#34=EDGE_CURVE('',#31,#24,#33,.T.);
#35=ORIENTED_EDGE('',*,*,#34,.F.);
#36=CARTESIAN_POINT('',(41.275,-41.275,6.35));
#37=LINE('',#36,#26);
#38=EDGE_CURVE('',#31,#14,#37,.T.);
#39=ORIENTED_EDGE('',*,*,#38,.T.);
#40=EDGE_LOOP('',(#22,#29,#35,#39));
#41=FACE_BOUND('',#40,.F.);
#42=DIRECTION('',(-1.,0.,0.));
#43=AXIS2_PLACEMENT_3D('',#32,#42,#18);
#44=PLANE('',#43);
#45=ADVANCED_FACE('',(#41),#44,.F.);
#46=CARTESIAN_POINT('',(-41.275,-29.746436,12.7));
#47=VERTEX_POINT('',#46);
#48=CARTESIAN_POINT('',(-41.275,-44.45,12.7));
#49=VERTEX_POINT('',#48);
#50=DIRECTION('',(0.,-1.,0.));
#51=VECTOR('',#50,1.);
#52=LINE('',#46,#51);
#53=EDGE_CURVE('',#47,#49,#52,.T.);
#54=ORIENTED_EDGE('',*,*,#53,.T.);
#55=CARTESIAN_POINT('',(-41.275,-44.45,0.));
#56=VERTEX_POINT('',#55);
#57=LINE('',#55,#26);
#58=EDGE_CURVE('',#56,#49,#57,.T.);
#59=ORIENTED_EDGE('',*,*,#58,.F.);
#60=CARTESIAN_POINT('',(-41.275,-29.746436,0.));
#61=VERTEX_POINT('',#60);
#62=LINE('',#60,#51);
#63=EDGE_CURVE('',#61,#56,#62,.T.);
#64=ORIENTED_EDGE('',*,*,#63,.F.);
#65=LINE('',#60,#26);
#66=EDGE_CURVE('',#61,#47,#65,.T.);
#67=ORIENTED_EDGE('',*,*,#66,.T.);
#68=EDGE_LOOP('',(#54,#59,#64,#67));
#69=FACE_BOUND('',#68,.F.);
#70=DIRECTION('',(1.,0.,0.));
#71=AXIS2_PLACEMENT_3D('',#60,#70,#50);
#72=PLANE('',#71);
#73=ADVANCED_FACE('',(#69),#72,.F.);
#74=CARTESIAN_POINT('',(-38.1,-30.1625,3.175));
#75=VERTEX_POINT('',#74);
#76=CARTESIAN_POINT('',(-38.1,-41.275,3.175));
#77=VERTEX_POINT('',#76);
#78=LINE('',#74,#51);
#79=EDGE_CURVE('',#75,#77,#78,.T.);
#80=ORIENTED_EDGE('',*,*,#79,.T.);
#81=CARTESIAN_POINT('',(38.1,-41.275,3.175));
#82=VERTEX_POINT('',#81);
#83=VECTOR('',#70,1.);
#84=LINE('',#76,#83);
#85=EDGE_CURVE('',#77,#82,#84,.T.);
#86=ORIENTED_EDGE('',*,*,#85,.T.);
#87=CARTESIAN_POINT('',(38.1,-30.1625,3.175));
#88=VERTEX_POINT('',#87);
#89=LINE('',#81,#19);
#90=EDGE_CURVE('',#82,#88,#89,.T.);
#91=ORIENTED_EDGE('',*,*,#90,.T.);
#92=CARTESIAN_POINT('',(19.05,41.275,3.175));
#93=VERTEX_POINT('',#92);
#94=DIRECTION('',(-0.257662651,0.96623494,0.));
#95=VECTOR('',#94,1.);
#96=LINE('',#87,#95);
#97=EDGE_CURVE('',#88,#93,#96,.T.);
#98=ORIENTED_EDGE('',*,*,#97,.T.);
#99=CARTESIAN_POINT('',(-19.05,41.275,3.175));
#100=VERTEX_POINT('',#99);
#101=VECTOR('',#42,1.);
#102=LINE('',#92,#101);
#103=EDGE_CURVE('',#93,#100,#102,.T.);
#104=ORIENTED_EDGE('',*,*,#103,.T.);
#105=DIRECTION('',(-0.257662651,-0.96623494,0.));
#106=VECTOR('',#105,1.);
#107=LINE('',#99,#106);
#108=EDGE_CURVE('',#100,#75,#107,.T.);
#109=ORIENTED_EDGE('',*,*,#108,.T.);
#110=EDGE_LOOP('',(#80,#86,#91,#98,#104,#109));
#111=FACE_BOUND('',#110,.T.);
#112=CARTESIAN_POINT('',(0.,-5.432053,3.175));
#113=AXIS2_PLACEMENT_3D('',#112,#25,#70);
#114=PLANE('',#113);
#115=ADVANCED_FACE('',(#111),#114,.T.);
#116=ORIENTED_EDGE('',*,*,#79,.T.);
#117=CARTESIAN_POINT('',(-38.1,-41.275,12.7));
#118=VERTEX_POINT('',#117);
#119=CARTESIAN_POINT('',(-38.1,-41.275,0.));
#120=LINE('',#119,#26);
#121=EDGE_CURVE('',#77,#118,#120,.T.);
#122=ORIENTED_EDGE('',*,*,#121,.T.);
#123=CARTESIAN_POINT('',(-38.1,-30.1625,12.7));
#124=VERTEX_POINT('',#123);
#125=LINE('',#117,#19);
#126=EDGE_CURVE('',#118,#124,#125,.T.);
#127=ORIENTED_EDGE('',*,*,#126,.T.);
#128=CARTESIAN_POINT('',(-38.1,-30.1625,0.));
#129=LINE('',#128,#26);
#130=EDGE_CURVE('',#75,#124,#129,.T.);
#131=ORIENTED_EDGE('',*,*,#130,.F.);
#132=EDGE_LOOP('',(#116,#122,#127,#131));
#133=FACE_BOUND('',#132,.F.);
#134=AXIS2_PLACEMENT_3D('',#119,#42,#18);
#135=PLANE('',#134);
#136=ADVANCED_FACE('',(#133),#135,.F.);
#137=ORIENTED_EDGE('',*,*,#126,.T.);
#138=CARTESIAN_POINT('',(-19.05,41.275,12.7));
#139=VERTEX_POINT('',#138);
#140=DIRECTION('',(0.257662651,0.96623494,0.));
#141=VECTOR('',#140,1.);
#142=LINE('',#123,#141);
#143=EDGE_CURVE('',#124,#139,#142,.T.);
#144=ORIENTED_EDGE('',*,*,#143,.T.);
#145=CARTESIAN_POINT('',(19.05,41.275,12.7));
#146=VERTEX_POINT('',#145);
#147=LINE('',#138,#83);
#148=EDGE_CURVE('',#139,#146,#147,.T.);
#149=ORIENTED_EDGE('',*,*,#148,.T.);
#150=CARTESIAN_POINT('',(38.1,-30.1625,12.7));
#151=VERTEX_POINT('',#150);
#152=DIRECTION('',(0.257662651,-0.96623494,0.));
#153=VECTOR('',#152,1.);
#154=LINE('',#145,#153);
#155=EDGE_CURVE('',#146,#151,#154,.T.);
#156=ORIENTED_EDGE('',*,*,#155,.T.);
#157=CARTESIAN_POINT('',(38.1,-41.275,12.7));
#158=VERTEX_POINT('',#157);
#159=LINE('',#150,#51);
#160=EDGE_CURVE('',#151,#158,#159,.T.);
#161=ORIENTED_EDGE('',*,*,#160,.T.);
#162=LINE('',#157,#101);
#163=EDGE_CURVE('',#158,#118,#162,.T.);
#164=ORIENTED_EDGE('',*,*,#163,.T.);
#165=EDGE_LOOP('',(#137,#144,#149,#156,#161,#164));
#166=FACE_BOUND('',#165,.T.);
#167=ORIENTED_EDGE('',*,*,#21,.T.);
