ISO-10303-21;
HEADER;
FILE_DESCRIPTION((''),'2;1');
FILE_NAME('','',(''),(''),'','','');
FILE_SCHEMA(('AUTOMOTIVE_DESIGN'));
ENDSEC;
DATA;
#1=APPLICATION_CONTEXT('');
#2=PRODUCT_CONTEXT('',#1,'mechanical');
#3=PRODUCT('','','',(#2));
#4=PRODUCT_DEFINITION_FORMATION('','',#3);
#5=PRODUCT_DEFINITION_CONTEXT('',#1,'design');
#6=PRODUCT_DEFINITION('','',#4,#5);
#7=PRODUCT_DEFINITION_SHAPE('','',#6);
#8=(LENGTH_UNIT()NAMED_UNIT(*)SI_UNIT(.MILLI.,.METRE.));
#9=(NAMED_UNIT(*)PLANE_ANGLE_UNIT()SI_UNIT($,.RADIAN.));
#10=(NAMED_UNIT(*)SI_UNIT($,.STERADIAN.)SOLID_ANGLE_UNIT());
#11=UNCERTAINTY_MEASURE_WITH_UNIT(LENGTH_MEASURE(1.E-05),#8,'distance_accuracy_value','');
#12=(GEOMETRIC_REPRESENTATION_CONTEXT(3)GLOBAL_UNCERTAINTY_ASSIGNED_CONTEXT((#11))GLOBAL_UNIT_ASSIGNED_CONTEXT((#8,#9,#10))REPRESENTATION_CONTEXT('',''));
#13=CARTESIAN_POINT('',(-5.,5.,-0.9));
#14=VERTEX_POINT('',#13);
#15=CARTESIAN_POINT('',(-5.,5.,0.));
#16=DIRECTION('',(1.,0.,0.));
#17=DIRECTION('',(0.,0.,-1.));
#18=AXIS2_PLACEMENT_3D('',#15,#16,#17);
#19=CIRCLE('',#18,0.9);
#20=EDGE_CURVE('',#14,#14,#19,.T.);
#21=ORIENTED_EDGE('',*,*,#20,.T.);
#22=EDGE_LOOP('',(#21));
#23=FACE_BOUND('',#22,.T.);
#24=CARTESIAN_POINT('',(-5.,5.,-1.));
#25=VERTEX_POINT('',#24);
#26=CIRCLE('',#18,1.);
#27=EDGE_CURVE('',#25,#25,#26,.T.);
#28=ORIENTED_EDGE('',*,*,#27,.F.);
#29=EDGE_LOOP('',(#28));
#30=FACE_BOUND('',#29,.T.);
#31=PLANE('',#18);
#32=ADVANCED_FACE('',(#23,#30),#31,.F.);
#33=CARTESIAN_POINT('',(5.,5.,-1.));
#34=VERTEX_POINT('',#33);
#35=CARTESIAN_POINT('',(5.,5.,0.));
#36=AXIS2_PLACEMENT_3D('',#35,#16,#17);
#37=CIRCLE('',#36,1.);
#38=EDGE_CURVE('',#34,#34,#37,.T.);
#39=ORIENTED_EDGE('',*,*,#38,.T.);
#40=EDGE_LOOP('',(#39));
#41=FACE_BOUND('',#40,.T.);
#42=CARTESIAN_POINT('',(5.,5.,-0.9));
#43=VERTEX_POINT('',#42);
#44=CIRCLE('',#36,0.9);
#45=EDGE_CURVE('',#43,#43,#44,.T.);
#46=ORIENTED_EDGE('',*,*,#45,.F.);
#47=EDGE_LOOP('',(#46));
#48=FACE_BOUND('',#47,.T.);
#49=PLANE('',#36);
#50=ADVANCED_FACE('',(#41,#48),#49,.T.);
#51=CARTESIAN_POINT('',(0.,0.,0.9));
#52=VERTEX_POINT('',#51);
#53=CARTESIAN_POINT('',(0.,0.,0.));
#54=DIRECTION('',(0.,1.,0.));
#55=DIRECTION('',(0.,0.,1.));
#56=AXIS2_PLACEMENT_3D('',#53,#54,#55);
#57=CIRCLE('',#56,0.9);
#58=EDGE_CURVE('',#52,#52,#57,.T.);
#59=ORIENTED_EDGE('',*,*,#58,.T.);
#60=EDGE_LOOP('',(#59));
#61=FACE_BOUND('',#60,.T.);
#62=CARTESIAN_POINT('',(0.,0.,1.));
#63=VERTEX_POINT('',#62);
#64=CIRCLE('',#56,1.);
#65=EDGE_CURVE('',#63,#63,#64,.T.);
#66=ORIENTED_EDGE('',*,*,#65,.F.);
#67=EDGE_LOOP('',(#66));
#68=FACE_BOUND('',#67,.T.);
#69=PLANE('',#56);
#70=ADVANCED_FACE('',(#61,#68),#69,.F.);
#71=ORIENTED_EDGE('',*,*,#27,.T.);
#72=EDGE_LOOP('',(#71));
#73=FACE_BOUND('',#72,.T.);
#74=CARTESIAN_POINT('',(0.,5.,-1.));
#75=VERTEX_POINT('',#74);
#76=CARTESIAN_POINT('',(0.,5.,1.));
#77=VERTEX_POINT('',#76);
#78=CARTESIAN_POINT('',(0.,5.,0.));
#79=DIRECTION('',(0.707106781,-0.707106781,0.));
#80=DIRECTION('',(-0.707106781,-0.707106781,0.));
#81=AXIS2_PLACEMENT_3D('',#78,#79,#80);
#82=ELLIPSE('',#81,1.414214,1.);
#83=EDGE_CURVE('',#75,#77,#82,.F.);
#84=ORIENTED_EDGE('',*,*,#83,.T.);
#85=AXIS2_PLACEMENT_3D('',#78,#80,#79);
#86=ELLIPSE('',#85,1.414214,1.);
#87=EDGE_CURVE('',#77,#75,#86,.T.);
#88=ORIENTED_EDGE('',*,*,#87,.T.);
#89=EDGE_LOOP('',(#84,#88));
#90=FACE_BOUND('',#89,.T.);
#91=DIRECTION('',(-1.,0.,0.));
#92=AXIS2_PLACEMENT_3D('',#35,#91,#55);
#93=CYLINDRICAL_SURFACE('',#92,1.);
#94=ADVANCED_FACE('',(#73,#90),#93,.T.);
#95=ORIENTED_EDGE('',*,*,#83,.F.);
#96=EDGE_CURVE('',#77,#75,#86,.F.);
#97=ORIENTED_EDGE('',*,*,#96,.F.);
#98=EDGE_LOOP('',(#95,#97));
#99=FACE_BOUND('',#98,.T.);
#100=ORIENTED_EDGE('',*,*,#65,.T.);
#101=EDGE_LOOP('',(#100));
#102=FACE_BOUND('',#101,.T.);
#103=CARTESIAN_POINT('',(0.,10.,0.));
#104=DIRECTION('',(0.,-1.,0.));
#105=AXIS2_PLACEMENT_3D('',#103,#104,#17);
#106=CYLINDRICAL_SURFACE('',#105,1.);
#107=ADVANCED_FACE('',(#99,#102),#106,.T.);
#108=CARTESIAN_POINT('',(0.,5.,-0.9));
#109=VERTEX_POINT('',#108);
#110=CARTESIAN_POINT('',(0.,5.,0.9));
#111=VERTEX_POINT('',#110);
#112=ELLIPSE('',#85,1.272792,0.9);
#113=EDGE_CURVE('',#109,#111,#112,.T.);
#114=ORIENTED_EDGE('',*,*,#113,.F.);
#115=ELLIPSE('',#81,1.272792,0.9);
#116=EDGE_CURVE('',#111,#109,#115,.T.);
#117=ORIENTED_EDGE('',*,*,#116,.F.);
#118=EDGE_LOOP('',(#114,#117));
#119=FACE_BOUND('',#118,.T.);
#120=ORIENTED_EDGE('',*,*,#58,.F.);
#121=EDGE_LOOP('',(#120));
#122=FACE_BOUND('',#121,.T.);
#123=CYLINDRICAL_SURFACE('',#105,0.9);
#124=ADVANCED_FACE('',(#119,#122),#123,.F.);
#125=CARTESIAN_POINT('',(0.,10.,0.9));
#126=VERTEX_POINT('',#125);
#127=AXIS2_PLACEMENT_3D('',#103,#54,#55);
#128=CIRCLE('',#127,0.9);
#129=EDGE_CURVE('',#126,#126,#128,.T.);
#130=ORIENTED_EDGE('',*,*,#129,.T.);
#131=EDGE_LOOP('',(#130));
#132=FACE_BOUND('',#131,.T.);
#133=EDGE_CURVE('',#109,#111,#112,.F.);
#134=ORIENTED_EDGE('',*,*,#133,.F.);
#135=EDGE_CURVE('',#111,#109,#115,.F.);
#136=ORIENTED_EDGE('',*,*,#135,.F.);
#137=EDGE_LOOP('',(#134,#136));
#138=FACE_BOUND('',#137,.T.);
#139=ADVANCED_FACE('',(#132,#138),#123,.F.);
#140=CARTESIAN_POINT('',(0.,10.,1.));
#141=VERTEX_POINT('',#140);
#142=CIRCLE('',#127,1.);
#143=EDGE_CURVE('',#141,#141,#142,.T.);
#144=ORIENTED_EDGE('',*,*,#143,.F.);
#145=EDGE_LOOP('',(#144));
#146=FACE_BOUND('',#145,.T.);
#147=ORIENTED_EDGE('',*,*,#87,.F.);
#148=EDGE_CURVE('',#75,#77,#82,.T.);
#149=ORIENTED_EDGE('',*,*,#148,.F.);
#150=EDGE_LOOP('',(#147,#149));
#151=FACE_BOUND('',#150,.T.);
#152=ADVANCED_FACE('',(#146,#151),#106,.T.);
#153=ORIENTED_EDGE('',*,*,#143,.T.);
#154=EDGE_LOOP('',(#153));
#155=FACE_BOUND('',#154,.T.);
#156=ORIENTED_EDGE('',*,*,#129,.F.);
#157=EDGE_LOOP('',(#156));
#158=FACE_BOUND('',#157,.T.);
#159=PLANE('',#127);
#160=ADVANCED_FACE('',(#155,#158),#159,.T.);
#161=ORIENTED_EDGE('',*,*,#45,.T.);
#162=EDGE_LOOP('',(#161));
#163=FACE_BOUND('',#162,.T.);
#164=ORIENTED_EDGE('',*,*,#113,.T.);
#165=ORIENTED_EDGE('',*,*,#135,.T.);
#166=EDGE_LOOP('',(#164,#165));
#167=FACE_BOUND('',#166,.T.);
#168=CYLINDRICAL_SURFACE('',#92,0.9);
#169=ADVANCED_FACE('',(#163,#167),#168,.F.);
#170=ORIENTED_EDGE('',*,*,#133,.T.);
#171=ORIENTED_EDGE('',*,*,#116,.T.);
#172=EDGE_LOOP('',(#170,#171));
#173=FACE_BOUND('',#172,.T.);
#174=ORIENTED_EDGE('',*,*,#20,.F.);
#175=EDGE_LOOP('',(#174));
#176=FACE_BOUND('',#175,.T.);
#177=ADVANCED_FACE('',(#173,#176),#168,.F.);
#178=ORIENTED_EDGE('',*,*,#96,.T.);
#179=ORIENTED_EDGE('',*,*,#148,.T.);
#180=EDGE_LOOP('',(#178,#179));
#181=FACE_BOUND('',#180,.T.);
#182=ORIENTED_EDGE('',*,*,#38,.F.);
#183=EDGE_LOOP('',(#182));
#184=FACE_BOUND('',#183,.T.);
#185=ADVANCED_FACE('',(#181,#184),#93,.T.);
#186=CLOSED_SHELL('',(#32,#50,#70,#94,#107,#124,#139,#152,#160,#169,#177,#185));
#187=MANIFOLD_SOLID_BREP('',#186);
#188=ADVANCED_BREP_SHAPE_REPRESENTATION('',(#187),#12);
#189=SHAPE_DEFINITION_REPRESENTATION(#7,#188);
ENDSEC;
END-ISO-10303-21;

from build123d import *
from build123d.topology import SkipClean

# Parameters (mm, degrees)
SKETCH1_R           = 1
SKETCH1_R_2         = 0.9
BOSS_EXTRUDE1_DEPTH = 10
SKETCH2_R           = 1
SKETCH2_R_2         = 0.9
BOSS_EXTRUDE2_DEPTH = 5
SKETCH4_R           = 0.9
CUT_EXTRUDE2_DEPTH  = 12.224972294
SKETCH5_R           = 0.9
CUT_EXTRUDE3_DEPTH  = 15.17744702


with BuildPart() as part:
    # Sketch1 → Boss-Extrude1 (new body)
    with BuildSketch(Plane(origin=(0, 0, 0), x_dir=(1, 0, 0), z_dir=(0, 1, 0))):
        with Locations(Location((0, 0, 0), (0, 0, 270))):
            Circle(SKETCH1_R)
        with Locations(Location((0, 0, 0), (0, 0, 270))):
            Circle(SKETCH1_R_2, mode=Mode.SUBTRACT)
    extrude(amount=BOSS_EXTRUDE1_DEPTH)

    # Sketch2 → Boss-Extrude2 (add, symmetric)
    with BuildSketch(Plane(origin=(0, 0, 0), x_dir=(0, 0, -1), z_dir=(1, 0, 0))):
        with Locations((0, 5)):
            Circle(SKETCH2_R)
        with Locations(Location((0, 5, 0), (0, 0, 180))):
            Circle(SKETCH2_R_2, mode=Mode.SUBTRACT)
    extrude(amount=BOSS_EXTRUDE2_DEPTH, both=True)

    # Sketch4 → Cut-Extrude2 (cut, through all)
    with BuildSketch(Plane.XZ):
        with Locations(Location((0, 0, 0), (0, 0, 90))):
            Circle(SKETCH4_R)
    extrude(amount=-CUT_EXTRUDE2_DEPTH, mode=Mode.SUBTRACT)

    # Sketch5 → Cut-Extrude3 (cut, through all)
    with SkipClean():  # the faces are left unmerged after this step: merging them gives an invalid solid
        with BuildSketch(Plane(origin=(5, 0, 0), x_dir=(0, 0, -1), z_dir=(1, 0, 0))):
            with Locations((0, 5)):
                Circle(SKETCH5_R)
        extrude(amount=-CUT_EXTRUDE3_DEPTH, mode=Mode.SUBTRACT)


solid = part.part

▶ **Problem description**
Reproduce only the lines above, starting at the line with "#66=EDGE_CURVE('',#61,#47,#65,.T.);" and ending at the line with "#112=CARTESIAN_POINT('',(0.,-5.432053,3.175));", exactly as written.

▶ **Result of the task**
#66=EDGE_CURVE('',#61,#47,#65,.T.);
#67=ORIENTED_EDGE('',*,*,#66,.T.);
#68=EDGE_LOOP('',(#54,#59,#64,#67));
#69=FACE_BOUND('',#68,.F.);
#70=DIRECTION('',(1.,0.,0.));
#71=AXIS2_PLACEMENT_3D('',#60,#70,#50);
#72=PLANE('',#71);
#73=ADVANCED_FACE('',(#69),#72,.F.);
#74=CARTESIAN_POINT('',(-38.1,-30.1625,3.175));
#75=VERTEX_POINT('',#74);
#76=CARTESIAN_POINT('',(-38.1,-41.275,3.175));
#77=VERTEX_POINT('',#76);
#78=LINE('',#74,#51);
#79=EDGE_CURVE('',#75,#77,#78,.T.);
#80=ORIENTED_EDGE('',*,*,#79,.T.);
#81=CARTESIAN_POINT('',(38.1,-41.275,3.175));
#82=VERTEX_POINT('',#81);
#83=VECTOR('',#70,1.);
#84=LINE('',#76,#83);
#85=EDGE_CURVE('',#77,#82,#84,.T.);
#86=ORIENTED_EDGE('',*,*,#85,.T.);
#87=CARTESIAN_POINT('',(38.1,-30.1625,3.175));
#88=VERTEX_POINT('',#87);
#89=LINE('',#81,#19);
#90=EDGE_CURVE('',#82,#88,#89,.T.);
#91=ORIENTED_EDGE('',*,*,#90,.T.);
#92=CARTESIAN_POINT('',(19.05,41.275,3.175));
#93=VERTEX_POINT('',#92);
#94=DIRECTION('',(-0.257662651,0.96623494,0.));
#95=VECTOR('',#94,1.);
#96=LINE('',#87,#95);
#97=EDGE_CURVE('',#88,#93,#96,.T.);
#98=ORIENTED_EDGE('',*,*,#97,.T.);
#99=CARTESIAN_POINT('',(-19.05,41.275,3.175));
#100=VERTEX_POINT('',#99);
#101=VECTOR('',#42,1.);
#102=LINE('',#92,#101);
#103=EDGE_CURVE('',#93,#100,#102,.T.);
#104=ORIENTED_EDGE('',*,*,#103,.T.);
#105=DIRECTION('',(-0.257662651,-0.96623494,0.));
#106=VECTOR('',#105,1.);
#107=LINE('',#99,#106);
#108=EDGE_CURVE('',#100,#75,#107,.T.);
#109=ORIENTED_EDGE('',*,*,#108,.T.);
#110=EDGE_LOOP('',(#80,#86,#91,#98,#104,#109));
#111=FACE_BOUND('',#110,.T.);
#112=CARTESIAN_POINT('',(0.,-5.432053,3.175));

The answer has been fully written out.